**Aim of the exercise**
Would you reproduce exactly the lines below from the one holding "#167=LINE('',#80,#18);" through the one holding "#196=PLANE('',#141);", inclusive, and no others?

[Opening Exercise inputs section]

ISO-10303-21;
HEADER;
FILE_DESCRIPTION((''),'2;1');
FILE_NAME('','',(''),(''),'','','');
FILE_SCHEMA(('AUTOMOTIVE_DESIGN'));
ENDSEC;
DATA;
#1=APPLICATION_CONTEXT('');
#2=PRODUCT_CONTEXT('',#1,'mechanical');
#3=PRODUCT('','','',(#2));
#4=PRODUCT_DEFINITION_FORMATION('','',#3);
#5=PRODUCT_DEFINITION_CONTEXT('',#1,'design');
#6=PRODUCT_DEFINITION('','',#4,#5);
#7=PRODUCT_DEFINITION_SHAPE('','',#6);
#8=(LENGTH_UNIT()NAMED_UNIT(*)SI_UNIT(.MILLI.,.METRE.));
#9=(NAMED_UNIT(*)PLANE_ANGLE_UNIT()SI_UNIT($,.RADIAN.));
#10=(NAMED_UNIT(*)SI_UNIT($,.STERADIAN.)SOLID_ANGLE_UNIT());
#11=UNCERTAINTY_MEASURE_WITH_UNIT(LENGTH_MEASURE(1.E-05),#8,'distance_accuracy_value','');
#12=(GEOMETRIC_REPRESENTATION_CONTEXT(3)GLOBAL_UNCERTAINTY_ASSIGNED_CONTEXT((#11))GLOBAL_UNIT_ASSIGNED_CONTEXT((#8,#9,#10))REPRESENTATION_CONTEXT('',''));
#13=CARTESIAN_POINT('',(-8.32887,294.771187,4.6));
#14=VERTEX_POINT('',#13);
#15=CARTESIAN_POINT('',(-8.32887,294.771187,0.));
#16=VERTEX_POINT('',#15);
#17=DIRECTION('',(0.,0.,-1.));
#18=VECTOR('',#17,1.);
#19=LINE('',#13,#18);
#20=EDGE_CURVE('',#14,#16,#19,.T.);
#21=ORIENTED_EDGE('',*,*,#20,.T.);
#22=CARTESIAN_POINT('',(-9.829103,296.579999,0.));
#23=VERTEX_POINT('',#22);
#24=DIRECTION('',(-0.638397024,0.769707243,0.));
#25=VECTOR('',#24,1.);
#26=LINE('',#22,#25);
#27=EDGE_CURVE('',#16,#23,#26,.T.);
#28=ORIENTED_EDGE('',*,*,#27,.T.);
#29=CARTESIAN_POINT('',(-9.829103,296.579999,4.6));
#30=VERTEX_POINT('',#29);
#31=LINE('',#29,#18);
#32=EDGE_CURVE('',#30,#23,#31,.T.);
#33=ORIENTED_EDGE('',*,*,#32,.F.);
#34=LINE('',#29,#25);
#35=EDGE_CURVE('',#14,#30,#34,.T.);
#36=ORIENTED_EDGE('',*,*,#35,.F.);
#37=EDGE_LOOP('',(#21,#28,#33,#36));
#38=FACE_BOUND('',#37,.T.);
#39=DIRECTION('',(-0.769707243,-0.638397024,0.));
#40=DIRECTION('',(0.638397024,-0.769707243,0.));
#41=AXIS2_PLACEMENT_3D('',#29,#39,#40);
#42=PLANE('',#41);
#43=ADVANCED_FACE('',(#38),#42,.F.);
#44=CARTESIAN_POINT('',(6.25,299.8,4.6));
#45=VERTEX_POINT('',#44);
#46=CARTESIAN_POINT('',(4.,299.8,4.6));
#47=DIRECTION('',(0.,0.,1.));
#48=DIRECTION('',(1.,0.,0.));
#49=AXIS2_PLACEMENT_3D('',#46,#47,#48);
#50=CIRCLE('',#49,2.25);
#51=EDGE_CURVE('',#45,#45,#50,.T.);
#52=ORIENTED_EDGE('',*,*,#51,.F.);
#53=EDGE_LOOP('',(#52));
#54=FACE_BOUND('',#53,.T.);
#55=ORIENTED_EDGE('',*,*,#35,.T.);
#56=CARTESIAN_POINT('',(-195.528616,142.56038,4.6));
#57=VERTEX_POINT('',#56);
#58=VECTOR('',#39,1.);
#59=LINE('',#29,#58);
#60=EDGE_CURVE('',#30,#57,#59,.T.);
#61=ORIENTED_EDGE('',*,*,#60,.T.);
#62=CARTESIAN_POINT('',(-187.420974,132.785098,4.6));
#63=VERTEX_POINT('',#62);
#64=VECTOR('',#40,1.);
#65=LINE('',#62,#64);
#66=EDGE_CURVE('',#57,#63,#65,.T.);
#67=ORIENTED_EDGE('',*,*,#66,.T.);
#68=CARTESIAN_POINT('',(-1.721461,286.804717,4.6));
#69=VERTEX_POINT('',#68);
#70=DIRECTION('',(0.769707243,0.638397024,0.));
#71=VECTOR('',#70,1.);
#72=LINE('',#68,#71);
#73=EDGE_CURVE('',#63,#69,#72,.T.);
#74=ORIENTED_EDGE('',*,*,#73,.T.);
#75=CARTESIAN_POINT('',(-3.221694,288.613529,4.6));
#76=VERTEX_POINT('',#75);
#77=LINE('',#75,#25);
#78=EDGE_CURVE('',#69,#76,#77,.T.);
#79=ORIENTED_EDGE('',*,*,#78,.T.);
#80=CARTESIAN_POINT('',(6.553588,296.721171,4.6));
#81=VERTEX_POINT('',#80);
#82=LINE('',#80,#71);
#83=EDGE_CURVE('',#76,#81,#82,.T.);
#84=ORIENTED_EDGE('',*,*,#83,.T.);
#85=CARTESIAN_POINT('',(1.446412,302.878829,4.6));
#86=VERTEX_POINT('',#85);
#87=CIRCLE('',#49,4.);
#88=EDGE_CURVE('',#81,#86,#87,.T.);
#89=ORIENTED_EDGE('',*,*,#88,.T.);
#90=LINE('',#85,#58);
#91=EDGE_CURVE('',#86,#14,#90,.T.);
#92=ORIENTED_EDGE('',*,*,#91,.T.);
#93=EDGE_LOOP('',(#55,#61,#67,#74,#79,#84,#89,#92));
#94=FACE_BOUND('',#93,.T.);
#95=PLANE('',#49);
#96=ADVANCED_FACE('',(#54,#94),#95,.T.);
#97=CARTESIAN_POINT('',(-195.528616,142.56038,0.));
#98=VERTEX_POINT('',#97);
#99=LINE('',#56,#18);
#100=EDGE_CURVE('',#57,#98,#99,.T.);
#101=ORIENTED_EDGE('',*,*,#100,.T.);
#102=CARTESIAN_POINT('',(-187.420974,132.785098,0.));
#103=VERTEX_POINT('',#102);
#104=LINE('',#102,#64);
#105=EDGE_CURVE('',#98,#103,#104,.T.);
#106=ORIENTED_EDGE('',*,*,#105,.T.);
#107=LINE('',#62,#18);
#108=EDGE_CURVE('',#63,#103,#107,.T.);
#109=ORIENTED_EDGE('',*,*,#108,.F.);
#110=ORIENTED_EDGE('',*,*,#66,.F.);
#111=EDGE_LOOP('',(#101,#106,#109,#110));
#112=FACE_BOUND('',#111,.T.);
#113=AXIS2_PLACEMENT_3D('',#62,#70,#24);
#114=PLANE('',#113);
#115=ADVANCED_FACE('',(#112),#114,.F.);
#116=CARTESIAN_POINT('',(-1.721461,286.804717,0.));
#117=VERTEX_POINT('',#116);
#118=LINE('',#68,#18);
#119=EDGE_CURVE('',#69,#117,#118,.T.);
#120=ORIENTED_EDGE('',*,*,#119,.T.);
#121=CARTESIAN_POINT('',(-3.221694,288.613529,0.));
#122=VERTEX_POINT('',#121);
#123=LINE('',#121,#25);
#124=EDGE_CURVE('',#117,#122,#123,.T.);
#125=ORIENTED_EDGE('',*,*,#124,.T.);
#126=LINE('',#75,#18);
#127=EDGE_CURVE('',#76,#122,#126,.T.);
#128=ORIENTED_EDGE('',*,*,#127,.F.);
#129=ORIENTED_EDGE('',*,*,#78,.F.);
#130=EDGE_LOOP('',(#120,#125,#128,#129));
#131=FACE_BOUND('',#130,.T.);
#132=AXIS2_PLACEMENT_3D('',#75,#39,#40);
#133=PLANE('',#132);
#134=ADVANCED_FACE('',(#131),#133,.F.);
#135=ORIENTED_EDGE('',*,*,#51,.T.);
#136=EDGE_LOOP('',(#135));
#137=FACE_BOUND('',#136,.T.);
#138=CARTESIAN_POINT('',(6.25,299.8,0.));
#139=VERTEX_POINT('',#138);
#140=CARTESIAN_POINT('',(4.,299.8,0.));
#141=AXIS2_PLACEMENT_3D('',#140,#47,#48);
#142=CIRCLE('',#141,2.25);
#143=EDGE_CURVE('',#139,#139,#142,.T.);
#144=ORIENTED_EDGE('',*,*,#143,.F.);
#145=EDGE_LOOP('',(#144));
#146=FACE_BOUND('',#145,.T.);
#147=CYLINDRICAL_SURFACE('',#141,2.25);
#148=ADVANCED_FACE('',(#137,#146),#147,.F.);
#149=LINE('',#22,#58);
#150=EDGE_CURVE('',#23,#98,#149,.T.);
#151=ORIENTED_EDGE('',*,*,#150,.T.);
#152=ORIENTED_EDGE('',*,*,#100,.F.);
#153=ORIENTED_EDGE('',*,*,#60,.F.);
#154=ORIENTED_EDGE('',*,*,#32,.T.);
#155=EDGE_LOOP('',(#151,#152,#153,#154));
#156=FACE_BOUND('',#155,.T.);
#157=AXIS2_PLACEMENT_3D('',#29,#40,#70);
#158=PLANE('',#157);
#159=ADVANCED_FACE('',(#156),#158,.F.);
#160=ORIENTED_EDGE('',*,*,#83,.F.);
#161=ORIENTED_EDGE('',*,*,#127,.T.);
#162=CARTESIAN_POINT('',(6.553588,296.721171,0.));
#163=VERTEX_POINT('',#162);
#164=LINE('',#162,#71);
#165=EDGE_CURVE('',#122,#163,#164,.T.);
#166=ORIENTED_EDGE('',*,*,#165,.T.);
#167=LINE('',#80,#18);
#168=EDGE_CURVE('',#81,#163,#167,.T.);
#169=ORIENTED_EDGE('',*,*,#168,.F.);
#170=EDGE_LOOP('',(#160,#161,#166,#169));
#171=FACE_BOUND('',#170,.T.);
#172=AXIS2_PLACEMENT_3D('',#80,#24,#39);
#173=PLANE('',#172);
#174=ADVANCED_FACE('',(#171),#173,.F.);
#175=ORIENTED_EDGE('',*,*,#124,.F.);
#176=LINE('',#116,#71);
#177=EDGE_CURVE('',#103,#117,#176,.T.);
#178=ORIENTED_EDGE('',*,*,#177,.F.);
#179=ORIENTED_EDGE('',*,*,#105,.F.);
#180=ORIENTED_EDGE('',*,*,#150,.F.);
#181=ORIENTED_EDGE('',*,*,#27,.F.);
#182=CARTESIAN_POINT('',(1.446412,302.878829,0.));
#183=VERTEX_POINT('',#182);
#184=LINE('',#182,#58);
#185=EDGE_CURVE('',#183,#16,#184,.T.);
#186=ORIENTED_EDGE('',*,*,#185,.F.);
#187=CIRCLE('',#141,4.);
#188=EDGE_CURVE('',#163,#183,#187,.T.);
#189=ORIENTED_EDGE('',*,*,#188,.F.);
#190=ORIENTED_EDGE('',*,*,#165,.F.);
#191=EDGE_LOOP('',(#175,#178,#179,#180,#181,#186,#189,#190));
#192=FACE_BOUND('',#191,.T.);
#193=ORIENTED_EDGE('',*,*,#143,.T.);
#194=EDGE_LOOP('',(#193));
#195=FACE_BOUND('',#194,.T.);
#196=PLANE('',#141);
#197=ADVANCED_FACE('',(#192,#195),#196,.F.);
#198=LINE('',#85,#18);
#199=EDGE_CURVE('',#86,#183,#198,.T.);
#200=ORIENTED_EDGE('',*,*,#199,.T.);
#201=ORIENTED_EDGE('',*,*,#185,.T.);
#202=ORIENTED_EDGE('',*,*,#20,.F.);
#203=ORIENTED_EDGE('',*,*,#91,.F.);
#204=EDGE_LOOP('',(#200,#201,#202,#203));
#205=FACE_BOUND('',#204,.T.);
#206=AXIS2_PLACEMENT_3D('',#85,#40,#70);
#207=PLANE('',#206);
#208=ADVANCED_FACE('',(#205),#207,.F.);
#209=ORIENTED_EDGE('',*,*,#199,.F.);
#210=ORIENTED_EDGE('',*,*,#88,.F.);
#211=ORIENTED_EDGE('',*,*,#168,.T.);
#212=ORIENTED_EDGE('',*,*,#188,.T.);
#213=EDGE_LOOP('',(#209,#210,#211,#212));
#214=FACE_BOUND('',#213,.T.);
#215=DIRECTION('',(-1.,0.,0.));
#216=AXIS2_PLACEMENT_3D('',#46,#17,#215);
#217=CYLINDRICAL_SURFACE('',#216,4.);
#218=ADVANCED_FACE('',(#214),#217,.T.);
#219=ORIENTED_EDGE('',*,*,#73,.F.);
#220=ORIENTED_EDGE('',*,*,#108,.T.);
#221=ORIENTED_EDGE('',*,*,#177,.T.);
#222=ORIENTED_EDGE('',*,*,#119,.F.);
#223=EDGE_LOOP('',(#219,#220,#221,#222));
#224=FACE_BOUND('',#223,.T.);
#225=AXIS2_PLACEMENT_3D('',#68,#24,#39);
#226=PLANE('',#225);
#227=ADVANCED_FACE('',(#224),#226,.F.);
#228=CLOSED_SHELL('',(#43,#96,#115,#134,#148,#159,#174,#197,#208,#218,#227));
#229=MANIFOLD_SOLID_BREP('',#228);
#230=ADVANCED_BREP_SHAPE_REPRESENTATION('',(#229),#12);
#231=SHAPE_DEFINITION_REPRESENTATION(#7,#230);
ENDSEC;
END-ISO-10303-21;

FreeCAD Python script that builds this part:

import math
import FreeCAD as App
import Part
import Sketcher

doc = App.newDocument("Part")
body = doc.addObject("PartDesign::Body", "Body")

sketch1 = body.newObject("Sketcher::SketchObject", "Sketch")
sketch1.AttachmentSupport = (doc.getObject("XY_Plane"), [""])
sketch1.MapMode = "FlatFace"
sketch1.addGeometry(Part.LineSegment(App.Vector(-3.2, 288.6, 0), App.Vector(6.6, 296.7, 0)), False)
sketch1.addGeometry(Part.ArcOfCircle(Part.Circle(App.Vector(4, 299.8, 0), App.Vector(0, 0, 1), 4), math.radians(-50), math.radians(130)), False)
sketch1.addGeometry(Part.LineSegment(App.Vector(1.4, 302.9, 0), App.Vector(-8.3, 294.8, 0)), False)
sketch1.addGeometry(Part.LineSegment(App.Vector(-8.3, 294.8, 0), App.Vector(-9.8, 296.6, 0)), False)
sketch1.addGeometry(Part.LineSegment(App.Vector(-9.8, 296.6, 0), App.Vector(-195.5, 142.6, 0)), False)
sketch1.addGeometry(Part.LineSegment(App.Vector(-195.5, 142.6, 0), App.Vector(-187.4, 132.8, 0)), False)
sketch1.addGeometry(Part.LineSegment(App.Vector(-187.4, 132.8, 0), App.Vector(-1.7, 286.8, 0)), False)
sketch1.addGeometry(Part.LineSegment(App.Vector(-1.7, 286.8, 0), App.Vector(-3.2, 288.6, 0)), False)
sketch1.addConstraint(Sketcher.Constraint("Tangent", 0, 2, 1, 1))
sketch1.addConstraint(Sketcher.Constraint("Tangent", 1, 2, 2, 1))
sketch1.addConstraint(Sketcher.Constraint("Coincident", 2, 2, 3, 1))
sketch1.addConstraint(Sketcher.Constraint("Coincident", 3, 2, 4, 1))
sketch1.addConstraint(Sketcher.Constraint("Coincident", 4, 2, 5, 1))
sketch1.addConstraint(Sketcher.Constraint("Coincident", 5, 2, 6, 1))
sketch1.addConstraint(Sketcher.Constraint("Coincident", 6, 2, 7, 1))
sketch1.addConstraint(Sketcher.Constraint("Coincident", 7, 2, 0, 1))
sketch1.addConstraint(Sketcher.Constraint("Parallel", 0, 2))
sketch1.addConstraint(Sketcher.Constraint("Perpendicular", 2, 3))
sketch1.addConstraint(Sketcher.Constraint("Perpendicular", 3, 4))
sketch1.addConstraint(Sketcher.Constraint("Perpendicular", 4, 5))
sketch1.addConstraint(Sketcher.Constraint("Perpendicular", 5, 6))
sketch1.addConstraint(Sketcher.Constraint("Perpendicular", 6, 7))
sketch1.addConstraint(Sketcher.Constraint("Equal", 0, 2))
sketch1.addConstraint(Sketcher.Constraint("Equal", 2, 5))
sketch1.addConstraint(Sketcher.Constraint("Equal", 3, 7))
sketch1.addConstraint(Sketcher.Constraint("Radius", 1, 4.0))
sketch1.addConstraint(Sketcher.Constraint("DistanceX", -1, 1, 1, 3, 4.0))
sketch1.addConstraint(Sketcher.Constraint("Distance", 0, 12.7))
sketch1.addConstraint(Sketcher.Constraint("DistanceY", -1, 1, 1, 3, 299.8))
sketch1.addConstraint(Sketcher.Constraint("DistanceY", -1, 1, 3, 2, 296.579999))
sketch1.addConstraint(Sketcher.Constraint("DistanceY", 5, 2, 3, 2, 163.794901))
pad1 = body.newObject("PartDesign::Pad", "Pad")
pad1.Profile = sketch1
pad1.Length = 4.6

[Closing Exercise inputs section]

**Answer to this exercise**
#167=LINE('',#80,#18);
#168=EDGE_CURVE('',#81,#163,#167,.T.);
#169=ORIENTED_EDGE('',*,*,#168,.F.);
#170=EDGE_LOOP('',(#160,#161,#166,#169));
#171=FACE_BOUND('',#170,.T.);
#172=AXIS2_PLACEMENT_3D('',#80,#24,#39);
#173=PLANE('',#172);
#174=ADVANCED_FACE('',(#171),#173,.F.);
#175=ORIENTED_EDGE('',*,*,#124,.F.);
#176=LINE('',#116,#71);
#177=EDGE_CURVE('',#103,#117,#176,.T.);
#178=ORIENTED_EDGE('',*,*,#177,.F.);
#179=ORIENTED_EDGE('',*,*,#105,.F.);
#180=ORIENTED_EDGE('',*,*,#150,.F.);
#181=ORIENTED_EDGE('',*,*,#27,.F.);
#182=CARTESIAN_POINT('',(1.446412,302.878829,0.));
#183=VERTEX_POINT('',#182);
#184=LINE('',#182,#58);
#185=EDGE_CURVE('',#183,#16,#184,.T.);
#186=ORIENTED_EDGE('',*,*,#185,.F.);
#187=CIRCLE('',#141,4.);
#188=EDGE_CURVE('',#163,#183,#187,.T.);
#189=ORIENTED_EDGE('',*,*,#188,.F.);
#190=ORIENTED_EDGE('',*,*,#165,.F.);
#191=EDGE_LOOP('',(#175,#178,#179,#180,#181,#186,#189,#190));
#192=FACE_BOUND('',#191,.T.);
#193=ORIENTED_EDGE('',*,*,#143,.T.);
#194=EDGE_LOOP('',(#193));
#195=FACE_BOUND('',#194,.T.);
#196=PLANE('',#141);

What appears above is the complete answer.